TRY IT –
Reproduce the entries from their first line up to and including the line with "FreeCAD Python script". Leave out everything after it.

___ EXTRACTED INFORMATION ___

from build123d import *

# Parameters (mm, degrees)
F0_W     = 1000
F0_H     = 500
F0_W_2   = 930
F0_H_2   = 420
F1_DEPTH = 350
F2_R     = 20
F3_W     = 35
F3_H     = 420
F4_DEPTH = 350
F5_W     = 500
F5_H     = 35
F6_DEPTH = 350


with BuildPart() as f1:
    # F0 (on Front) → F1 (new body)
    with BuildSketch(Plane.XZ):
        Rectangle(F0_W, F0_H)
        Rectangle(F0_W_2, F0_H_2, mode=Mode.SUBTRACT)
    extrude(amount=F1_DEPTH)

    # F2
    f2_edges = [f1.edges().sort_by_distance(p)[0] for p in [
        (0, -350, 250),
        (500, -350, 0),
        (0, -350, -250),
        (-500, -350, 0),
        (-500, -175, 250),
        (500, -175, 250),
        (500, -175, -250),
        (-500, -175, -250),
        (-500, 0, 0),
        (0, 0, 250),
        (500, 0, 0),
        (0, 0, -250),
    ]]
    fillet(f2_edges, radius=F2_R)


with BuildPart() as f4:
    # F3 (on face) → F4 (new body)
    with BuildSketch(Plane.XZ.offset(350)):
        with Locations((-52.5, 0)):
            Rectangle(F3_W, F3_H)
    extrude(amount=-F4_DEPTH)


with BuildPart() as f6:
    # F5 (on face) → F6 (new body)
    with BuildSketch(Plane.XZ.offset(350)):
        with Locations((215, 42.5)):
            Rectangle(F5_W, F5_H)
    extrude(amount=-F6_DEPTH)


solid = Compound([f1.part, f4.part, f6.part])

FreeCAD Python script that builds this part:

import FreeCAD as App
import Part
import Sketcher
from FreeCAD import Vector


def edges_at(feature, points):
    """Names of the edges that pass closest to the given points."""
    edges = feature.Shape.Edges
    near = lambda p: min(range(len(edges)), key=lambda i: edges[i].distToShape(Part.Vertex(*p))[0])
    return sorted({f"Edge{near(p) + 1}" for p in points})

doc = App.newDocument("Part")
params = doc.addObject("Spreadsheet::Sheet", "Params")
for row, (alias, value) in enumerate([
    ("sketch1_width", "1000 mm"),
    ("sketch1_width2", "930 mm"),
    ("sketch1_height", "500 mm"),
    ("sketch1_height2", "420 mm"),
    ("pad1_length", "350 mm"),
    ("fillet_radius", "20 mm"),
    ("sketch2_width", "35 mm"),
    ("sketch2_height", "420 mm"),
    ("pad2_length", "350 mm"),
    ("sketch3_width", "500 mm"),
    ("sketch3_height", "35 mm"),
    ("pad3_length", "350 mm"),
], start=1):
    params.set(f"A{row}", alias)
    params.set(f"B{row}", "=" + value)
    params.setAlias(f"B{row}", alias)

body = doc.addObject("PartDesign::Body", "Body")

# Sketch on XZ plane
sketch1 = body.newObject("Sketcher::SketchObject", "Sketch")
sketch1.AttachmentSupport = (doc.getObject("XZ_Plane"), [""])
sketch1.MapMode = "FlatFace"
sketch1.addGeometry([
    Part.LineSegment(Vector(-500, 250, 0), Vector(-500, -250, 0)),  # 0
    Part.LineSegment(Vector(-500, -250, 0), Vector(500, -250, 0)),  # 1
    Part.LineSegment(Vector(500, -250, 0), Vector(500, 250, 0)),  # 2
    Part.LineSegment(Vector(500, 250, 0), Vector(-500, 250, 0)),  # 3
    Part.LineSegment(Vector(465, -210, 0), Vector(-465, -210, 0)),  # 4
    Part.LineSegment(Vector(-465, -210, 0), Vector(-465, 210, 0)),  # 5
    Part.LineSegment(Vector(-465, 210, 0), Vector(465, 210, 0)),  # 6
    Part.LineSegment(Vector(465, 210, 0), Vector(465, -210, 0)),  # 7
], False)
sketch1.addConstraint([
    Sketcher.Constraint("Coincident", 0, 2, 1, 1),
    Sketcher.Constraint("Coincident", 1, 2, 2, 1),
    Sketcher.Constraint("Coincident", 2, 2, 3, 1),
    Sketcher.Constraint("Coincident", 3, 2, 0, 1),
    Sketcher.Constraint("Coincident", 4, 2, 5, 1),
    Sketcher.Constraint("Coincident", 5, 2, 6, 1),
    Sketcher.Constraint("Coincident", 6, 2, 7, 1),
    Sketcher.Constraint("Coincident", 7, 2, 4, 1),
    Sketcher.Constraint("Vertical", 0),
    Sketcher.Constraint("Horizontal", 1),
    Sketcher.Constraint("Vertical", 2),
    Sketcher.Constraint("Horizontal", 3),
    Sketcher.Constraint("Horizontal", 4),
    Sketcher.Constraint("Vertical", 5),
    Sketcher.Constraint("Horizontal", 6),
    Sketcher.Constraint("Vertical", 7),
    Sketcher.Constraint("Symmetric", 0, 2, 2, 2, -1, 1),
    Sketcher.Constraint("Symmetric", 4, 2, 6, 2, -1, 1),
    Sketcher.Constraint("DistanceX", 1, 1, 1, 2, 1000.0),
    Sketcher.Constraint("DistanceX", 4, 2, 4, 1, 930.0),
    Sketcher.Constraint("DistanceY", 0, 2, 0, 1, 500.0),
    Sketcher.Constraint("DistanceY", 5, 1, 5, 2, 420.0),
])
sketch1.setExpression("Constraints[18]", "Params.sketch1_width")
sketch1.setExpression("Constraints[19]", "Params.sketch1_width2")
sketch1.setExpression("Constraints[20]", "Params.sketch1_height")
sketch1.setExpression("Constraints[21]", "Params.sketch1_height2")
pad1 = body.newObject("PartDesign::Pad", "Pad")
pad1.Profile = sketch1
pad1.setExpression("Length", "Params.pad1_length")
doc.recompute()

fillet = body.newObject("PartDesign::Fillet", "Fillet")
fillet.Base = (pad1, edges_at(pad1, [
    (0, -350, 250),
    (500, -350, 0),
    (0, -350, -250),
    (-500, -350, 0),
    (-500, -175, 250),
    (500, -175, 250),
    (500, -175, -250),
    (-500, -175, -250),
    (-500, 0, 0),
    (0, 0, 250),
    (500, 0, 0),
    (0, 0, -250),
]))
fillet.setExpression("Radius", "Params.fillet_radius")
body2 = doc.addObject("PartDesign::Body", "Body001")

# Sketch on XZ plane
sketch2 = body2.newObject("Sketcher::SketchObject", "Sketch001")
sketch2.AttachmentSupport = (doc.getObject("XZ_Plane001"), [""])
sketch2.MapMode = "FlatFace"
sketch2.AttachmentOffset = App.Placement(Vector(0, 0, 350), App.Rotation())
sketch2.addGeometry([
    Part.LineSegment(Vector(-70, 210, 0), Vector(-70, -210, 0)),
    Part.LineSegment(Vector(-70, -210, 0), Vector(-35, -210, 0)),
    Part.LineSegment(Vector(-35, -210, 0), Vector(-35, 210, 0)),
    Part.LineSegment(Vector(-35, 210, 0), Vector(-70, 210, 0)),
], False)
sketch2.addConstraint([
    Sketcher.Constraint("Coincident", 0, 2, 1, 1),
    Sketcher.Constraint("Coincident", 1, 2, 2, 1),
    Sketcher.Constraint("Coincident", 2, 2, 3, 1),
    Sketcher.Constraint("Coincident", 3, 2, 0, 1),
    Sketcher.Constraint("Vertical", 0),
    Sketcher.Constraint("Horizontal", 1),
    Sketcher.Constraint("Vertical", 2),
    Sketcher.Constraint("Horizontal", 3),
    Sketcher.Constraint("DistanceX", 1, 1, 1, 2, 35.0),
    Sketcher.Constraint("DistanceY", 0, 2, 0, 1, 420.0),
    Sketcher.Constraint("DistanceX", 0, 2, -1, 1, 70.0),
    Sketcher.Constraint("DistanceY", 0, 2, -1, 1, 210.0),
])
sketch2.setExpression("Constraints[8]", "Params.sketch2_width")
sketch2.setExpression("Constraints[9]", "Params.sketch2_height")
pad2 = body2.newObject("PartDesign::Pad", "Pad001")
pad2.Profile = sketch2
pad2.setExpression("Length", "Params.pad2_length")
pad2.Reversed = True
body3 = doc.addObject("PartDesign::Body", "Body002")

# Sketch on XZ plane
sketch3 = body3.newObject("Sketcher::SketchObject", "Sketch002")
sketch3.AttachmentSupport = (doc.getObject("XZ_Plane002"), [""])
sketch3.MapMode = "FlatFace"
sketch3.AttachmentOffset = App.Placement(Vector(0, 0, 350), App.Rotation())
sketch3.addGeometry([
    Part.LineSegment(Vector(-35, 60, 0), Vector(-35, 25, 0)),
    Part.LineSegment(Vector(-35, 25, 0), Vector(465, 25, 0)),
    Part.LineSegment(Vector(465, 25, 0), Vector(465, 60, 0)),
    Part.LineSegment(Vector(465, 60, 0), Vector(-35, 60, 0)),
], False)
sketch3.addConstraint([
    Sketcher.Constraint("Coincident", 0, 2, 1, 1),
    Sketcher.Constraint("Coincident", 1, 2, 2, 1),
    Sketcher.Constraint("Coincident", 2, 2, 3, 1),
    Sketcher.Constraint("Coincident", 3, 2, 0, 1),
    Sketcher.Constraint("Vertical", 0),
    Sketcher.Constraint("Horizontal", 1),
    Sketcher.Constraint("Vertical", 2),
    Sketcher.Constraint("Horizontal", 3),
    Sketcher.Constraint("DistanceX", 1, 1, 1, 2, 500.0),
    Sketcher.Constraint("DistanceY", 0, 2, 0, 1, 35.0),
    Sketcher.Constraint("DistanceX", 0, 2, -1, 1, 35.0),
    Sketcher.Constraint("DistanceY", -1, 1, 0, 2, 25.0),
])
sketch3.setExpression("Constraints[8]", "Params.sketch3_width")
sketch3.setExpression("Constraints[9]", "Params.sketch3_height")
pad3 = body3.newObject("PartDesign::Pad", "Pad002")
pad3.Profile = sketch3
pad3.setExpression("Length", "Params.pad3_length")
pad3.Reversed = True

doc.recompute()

___

EXERCISE OUTPUT –
from build123d import *

# Parameters (mm, degrees)
F0_W     = 1000
F0_H     = 500
F0_W_2   = 930
F0_H_2   = 420
F1_DEPTH = 350
F2_R     = 20
F3_W     = 35
F3_H     = 420
F4_DEPTH = 350
F5_W     = 500
F5_H     = 35
F6_DEPTH = 350


with BuildPart() as f1:
    # F0 (on Front) → F1 (new body)
    with BuildSketch(Plane.XZ):
        Rectangle(F0_W, F0_H)
        Rectangle(F0_W_2, F0_H_2, mode=Mode.SUBTRACT)
    extrude(amount=F1_DEPTH)

    # F2
    f2_edges = [f1.edges().sort_by_distance(p)[0] for p in [
        (0, -350, 250),
        (500, -350, 0),
        (0, -350, -250),
        (-500, -350, 0),
        (-500, -175, 250),
        (500, -175, 250),
        (500, -175, -250),
        (-500, -175, -250),
        (-500, 0, 0),
        (0, 0, 250),
        (500, 0, 0),
        (0, 0, -250),
    ]]
    fillet(f2_edges, radius=F2_R)


with BuildPart() as f4:
    # F3 (on face) → F4 (new body)
    with BuildSketch(Plane.XZ.offset(350)):
        with Locations((-52.5, 0)):
            Rectangle(F3_W, F3_H)
    extrude(amount=-F4_DEPTH)


with BuildPart() as f6:
    # F5 (on face) → F6 (new body)
    with BuildSketch(Plane.XZ.offset(350)):
        with Locations((215, 42.5)):
            Rectangle(F5_W, F5_H)
    extrude(amount=-F6_DEPTH)


solid = Compound([f1.part, f4.part, f6.part])

FreeCAD Python script that builds this part:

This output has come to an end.